From mboxrd@z Thu Jan  1 00:00:00 1970
Return-Path: <linux-kernel-owner@vger.kernel.org>
Received: (majordomo@vger.kernel.org) by vger.kernel.org via listexpand
	id S1754489AbbCaNHi (ORCPT <rfc822;w@1wt.eu>);
	Tue, 31 Mar 2015 09:07:38 -0400
Received: from bedivere.hansenpartnership.com ([66.63.167.143]:59633 "EHLO
	bedivere.hansenpartnership.com" rhost-flags-OK-OK-OK-OK)
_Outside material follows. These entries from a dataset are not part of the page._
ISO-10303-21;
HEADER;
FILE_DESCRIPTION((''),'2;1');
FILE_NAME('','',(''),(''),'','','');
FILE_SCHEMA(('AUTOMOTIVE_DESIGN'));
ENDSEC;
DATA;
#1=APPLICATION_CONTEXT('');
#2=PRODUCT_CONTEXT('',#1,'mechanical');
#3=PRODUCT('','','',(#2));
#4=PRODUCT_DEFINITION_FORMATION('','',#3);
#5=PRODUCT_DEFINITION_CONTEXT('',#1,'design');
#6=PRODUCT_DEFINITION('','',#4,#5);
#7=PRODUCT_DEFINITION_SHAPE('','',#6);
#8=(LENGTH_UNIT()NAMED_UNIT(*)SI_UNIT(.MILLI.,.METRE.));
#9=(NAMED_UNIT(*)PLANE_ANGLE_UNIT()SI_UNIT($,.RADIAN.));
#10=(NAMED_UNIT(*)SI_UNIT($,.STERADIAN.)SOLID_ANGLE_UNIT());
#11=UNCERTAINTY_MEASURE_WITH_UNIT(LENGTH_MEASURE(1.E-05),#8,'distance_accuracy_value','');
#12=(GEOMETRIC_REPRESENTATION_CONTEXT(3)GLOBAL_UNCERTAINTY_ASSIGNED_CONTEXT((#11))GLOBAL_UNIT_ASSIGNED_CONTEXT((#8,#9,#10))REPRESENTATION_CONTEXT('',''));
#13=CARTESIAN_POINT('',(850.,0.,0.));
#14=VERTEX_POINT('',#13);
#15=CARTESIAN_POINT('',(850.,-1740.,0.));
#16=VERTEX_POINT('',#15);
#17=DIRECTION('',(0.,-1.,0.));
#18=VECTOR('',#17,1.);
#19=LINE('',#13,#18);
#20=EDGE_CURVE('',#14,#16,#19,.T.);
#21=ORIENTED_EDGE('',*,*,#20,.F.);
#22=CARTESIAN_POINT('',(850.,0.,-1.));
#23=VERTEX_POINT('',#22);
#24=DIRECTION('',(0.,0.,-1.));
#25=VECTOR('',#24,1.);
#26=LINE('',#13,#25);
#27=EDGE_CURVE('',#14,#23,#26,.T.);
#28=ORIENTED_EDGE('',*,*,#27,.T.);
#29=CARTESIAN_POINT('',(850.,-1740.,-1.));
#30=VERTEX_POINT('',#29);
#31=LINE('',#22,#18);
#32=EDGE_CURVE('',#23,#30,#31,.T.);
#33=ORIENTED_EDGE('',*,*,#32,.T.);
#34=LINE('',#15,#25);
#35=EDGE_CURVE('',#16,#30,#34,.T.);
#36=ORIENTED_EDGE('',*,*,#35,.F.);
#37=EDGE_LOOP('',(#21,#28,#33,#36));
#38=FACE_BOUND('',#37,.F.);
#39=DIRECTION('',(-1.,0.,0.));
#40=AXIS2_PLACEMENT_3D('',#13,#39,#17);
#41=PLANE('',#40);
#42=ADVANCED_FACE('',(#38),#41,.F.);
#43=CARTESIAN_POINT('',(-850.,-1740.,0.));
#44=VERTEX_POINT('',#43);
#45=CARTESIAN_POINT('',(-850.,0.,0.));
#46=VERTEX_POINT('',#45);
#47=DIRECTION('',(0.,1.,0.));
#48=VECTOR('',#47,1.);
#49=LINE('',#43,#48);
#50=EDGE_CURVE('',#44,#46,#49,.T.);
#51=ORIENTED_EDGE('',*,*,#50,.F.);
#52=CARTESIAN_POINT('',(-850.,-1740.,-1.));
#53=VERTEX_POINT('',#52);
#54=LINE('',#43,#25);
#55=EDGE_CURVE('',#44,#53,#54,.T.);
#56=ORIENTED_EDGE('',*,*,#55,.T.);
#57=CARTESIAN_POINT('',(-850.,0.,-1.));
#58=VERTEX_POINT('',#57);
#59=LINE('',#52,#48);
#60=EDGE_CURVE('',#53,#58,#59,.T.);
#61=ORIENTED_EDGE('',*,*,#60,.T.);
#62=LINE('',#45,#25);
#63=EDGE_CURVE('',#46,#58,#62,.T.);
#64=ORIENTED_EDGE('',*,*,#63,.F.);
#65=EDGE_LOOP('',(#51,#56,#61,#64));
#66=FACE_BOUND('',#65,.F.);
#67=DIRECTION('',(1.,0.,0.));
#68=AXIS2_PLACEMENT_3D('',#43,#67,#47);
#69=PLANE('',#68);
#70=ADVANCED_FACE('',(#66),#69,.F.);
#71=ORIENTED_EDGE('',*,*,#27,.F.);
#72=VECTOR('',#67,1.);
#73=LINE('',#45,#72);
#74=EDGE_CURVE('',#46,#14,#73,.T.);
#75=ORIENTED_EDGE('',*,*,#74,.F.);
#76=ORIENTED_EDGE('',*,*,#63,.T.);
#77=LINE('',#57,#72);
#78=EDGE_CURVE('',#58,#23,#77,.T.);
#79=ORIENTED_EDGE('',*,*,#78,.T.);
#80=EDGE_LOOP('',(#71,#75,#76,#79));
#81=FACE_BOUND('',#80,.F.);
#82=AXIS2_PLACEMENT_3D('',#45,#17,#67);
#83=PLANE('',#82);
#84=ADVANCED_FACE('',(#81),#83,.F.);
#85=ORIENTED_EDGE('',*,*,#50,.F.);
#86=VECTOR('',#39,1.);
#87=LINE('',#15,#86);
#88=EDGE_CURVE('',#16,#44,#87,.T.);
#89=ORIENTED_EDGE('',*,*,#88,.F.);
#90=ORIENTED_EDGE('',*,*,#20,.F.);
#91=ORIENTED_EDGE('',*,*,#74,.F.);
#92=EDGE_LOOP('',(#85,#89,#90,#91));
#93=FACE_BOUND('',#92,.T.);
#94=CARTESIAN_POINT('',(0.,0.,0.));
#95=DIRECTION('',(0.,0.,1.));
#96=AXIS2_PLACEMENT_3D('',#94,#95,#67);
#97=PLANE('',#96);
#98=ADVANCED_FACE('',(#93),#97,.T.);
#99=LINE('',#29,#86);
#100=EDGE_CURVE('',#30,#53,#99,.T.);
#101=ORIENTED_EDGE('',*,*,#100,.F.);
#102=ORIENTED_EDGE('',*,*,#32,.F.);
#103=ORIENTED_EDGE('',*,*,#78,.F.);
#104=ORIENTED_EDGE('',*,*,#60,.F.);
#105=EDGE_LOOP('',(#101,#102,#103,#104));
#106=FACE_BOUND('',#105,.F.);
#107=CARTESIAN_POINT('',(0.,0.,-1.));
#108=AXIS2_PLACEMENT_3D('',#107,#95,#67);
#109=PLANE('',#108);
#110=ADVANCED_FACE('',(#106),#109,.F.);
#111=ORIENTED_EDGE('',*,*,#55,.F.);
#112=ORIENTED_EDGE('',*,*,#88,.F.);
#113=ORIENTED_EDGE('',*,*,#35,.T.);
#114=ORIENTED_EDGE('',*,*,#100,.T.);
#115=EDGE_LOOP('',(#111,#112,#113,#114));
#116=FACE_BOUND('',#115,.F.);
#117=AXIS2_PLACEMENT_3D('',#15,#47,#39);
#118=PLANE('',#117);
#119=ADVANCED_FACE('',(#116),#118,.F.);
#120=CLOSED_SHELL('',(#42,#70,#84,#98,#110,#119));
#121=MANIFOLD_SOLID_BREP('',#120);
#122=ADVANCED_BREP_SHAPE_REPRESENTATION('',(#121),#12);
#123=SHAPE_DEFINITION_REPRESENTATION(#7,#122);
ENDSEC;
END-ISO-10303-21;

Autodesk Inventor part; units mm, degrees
ref_plane "YZ Plane" through (0, 0, 0) normal (1, 0, 0) x (0, 1, 0)
ref_plane "XZ Plane" through (0, 0, 0) normal (0, 1, 0) x (-1, 0, 0)
ref_plane "XY Plane" through (0, 0, 0) normal (0, 0, 1) x (1, 0, 0)
sketch "Sketch1" plane through (0, 0, 0) normal (0, 0, 1) x (1, 0, 0)
  line L0 (850, -1740) -> (-850, -1740)
  line L1 (-850, -1740) -> (-850, 0)
  line L2 (-850, 0) -> (850, 0)
  line L3 (850, 0) -> (850, -1740)
  line L4 (850, -1740) -> (-850, 0) construction
  line L5 (-850, -1740) -> (850, 0) construction
  point P0 (0, 0)
  point P1 (0, -870)
  point P2 (0, 0)
  dimension "d0" = 1700
  dimension "d1" = 1740
extrude "Extrusion1" add sketch "Sketch1" against normal blind 1
sketch3d "3D Sketch1"
properties part number "MSC DIM 009.1 BASE FRAME SKETCH"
	by vger.kernel.org with ESMTP id S1754466AbbCaNHd (ORCPT
	<rfc822;linux-kernel@vger.kernel.org>);
	Tue, 31 Mar 2015 09:07:33 -0400
Message-ID: <1427807248.2117.117.camel@HansenPartnership.com>
Subject: Re: [PATCH] devpts: Add ptmx_uid and ptmx_gid options
From: James Bottomley <James.Bottomley@HansenPartnership.com>
To: Alexander Larsson <alexl@redhat.com>
Cc: Andy Lutomirski <luto@amacapital.net>, gnome-os-list@gnome.org,
        Linux Containers <containers@lists.linux-foundation.org>,
        "linux-kernel@vger.kernel.org" <linux-kernel@vger.kernel.org>,
        mclasen@redhat.com, "Eric W. Biederman" <ebiederm@xmission.com>,
        Linux FS Devel <linux-fsdevel@vger.kernel.org>
Date: Tue, 31 Mar 2015 16:07:28 +0300
In-Reply-To: <1427788642.4411.12.camel@redhat.com>
References: <b321c0c2729d1c2a72aea319b077dce7afd79698.1424480579.git.luto@amacapital.net>
	 <CALCETrVtGE8LdBCFTe1_cqpLf=SxPNX5iCe5wa-hZ0pe8ps_jA@mail.gmail.com>
	 <1427447013.2250.9.camel@HansenPartnership.com>
	 <1427788642.4411.12.camel@redhat.com>
Content-Type: text/plain; charset="UTF-8"
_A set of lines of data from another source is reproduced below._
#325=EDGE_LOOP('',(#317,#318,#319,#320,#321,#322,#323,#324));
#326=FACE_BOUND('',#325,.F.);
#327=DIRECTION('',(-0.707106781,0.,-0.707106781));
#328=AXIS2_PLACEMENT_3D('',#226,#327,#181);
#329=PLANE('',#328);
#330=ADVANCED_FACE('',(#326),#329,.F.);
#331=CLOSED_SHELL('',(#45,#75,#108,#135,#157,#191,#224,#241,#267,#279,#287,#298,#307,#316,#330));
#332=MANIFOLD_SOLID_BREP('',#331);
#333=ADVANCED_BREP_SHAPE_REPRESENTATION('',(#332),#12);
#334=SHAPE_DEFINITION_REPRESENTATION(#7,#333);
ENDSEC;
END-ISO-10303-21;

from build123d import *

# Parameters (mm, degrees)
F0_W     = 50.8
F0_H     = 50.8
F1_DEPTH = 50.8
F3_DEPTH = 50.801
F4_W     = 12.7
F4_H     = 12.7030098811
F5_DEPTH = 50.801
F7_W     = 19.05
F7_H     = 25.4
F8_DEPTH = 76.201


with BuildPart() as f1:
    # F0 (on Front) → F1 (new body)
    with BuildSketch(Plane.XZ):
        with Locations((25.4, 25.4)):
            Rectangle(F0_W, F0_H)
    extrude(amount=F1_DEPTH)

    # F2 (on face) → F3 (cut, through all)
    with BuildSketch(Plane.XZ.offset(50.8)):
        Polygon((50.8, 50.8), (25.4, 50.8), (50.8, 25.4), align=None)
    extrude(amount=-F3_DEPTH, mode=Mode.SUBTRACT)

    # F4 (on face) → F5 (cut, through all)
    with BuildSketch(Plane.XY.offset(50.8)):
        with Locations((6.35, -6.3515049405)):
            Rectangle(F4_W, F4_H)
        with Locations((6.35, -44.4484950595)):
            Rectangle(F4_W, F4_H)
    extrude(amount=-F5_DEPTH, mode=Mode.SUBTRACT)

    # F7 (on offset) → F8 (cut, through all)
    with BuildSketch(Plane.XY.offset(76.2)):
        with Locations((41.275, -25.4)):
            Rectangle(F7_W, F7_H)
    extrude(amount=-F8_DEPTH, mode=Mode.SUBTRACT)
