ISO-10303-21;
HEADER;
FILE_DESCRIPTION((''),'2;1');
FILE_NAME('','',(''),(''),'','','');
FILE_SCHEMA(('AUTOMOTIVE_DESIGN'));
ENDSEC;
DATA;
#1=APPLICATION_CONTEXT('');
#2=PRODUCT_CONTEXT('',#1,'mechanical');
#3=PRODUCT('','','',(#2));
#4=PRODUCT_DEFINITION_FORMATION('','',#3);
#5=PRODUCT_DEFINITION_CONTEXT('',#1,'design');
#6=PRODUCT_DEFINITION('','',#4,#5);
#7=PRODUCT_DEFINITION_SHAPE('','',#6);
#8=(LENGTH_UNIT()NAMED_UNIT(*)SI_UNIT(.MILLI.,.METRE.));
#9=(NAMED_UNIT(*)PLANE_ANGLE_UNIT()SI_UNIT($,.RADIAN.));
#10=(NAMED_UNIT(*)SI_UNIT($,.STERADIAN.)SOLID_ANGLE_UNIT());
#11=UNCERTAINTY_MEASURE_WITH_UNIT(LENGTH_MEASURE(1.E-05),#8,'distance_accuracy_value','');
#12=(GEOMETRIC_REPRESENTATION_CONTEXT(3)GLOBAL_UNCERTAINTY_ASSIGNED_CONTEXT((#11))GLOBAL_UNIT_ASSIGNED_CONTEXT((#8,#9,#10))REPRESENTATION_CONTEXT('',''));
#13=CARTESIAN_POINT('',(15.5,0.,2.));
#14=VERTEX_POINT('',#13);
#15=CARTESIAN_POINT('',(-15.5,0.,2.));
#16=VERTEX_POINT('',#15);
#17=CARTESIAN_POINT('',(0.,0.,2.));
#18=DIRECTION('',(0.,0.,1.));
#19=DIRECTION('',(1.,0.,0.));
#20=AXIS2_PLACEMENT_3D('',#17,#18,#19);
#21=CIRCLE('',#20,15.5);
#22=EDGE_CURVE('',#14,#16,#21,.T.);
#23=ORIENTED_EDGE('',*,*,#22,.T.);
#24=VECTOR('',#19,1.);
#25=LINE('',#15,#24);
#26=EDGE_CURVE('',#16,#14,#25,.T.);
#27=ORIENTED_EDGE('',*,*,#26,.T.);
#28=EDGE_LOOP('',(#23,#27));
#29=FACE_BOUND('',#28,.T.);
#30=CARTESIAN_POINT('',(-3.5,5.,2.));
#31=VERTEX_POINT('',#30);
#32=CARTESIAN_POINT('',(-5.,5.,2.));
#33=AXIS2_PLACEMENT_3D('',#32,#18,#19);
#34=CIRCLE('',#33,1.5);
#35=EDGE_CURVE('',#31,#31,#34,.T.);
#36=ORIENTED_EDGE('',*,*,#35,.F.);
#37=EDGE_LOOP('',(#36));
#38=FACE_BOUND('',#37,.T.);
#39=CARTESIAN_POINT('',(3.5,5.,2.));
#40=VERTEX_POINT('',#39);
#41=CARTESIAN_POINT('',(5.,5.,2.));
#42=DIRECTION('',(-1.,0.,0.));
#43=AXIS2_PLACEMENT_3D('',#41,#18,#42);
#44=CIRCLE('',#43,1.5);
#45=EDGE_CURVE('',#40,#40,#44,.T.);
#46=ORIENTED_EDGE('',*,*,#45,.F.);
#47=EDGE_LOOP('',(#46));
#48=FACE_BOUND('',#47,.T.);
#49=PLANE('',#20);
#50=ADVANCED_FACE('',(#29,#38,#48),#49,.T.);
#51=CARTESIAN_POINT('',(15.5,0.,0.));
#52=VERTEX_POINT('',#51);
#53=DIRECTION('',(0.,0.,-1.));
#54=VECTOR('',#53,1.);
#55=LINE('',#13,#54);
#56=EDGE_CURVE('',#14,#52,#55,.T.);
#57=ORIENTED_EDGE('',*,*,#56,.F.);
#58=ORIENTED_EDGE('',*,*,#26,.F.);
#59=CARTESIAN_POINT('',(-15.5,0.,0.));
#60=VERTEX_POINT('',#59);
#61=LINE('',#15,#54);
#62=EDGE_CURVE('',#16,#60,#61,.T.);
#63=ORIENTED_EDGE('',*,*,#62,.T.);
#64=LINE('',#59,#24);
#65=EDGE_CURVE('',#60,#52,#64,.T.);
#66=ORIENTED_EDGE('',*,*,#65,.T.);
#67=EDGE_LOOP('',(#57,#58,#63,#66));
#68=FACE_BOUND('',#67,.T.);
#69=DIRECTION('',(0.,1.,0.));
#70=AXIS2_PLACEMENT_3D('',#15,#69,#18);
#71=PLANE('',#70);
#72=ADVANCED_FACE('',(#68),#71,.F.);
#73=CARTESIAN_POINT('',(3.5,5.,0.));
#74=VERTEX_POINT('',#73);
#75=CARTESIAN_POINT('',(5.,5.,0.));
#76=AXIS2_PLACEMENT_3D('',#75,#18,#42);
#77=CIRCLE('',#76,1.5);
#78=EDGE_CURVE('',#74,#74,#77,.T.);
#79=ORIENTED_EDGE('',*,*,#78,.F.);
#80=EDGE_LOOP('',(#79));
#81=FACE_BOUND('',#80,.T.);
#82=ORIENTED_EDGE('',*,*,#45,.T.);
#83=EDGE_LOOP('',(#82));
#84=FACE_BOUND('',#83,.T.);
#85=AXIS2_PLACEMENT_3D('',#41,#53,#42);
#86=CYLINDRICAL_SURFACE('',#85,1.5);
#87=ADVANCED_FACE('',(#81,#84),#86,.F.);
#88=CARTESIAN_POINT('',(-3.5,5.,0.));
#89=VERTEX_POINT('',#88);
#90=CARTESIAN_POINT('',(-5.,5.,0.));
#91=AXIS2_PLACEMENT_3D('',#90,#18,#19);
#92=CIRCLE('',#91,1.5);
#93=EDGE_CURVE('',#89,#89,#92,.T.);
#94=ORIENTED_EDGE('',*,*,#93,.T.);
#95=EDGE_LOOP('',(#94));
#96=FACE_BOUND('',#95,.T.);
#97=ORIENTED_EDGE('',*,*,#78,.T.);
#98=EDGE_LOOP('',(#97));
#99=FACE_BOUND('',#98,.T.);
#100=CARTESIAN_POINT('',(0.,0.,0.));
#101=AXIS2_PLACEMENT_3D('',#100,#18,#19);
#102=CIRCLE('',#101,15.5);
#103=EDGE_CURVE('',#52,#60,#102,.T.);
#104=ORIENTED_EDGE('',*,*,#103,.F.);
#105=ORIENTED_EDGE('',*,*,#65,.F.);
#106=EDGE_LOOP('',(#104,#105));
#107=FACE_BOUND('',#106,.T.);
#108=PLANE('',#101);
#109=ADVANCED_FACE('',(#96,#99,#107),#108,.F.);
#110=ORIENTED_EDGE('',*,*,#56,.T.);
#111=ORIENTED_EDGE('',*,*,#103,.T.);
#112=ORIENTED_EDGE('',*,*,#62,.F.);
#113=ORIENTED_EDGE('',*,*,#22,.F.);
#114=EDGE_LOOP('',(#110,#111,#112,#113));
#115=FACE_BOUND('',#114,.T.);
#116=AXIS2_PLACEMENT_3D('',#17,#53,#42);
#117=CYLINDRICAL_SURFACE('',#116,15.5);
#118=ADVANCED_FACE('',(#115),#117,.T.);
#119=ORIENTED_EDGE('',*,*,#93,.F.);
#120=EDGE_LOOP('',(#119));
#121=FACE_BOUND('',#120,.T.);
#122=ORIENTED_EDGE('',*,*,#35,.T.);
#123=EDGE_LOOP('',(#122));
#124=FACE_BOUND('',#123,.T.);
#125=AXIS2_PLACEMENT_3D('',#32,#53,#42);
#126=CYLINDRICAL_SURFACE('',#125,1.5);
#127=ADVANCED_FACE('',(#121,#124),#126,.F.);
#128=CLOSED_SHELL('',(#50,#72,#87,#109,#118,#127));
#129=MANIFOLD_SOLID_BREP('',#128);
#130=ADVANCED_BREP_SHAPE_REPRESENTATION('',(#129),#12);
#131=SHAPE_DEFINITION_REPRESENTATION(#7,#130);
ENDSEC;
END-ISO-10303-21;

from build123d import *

# Parameters (mm, degrees)
SKETCH_1_R      = 1.5
EXTRUDE_1_DEPTH = 2


with BuildPart() as part:
    # 草图1 → 凸台-拉伸1 (new body)
    with BuildSketch(Plane.XY):
        with BuildLine():
            Line((-15.5, 0), (15.5, 0))
            ThreePointArc((15.5, 0), (0, 15.5), (-15.5, 0))
        make_face()
        with Locations((-5, 5)):
            Circle(SKETCH_1_R, mode=Mode.SUBTRACT)
        with Locations((5, 5)):
            Circle(SKETCH_1_R, mode=Mode.SUBTRACT)
    extrude(amount=EXTRUDE_1_DEPTH)


solid = part.part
X-Mailer: Evolution 3.12.11 
Mime-Version: 1.0
Content-Transfer-Encoding: 7bit
Sender: linux-kernel-owner@vger.kernel.org
List-ID: <linux-kernel.vger.kernel.org>
X-Mailing-List: linux-kernel@vger.kernel.org

On Tue, 2015-03-31 at 09:57 +0200, Alexander Larsson wrote:
> On fre, 2015-03-27 at 10:03 +0100, James Bottomley 
> > 
> > > On Fri, Feb 20, 2015 at 5:04 PM, Andy Lutomirski <luto@amacapital.net> wrote:
> > > > It's currently impossible to mount devpts in a user namespace that
> > > > has no root user, since ptmx can't be created.
> > 
> > This is where I stopped reading because it's not true ... because it is
> > possible, you just do it from the host as real root.
> 
> The point is being able to set up a container as a user, not requiring
> the setup to be run as root at all. In my case container is a desktop
> application which will be started by the user, and will run as the user.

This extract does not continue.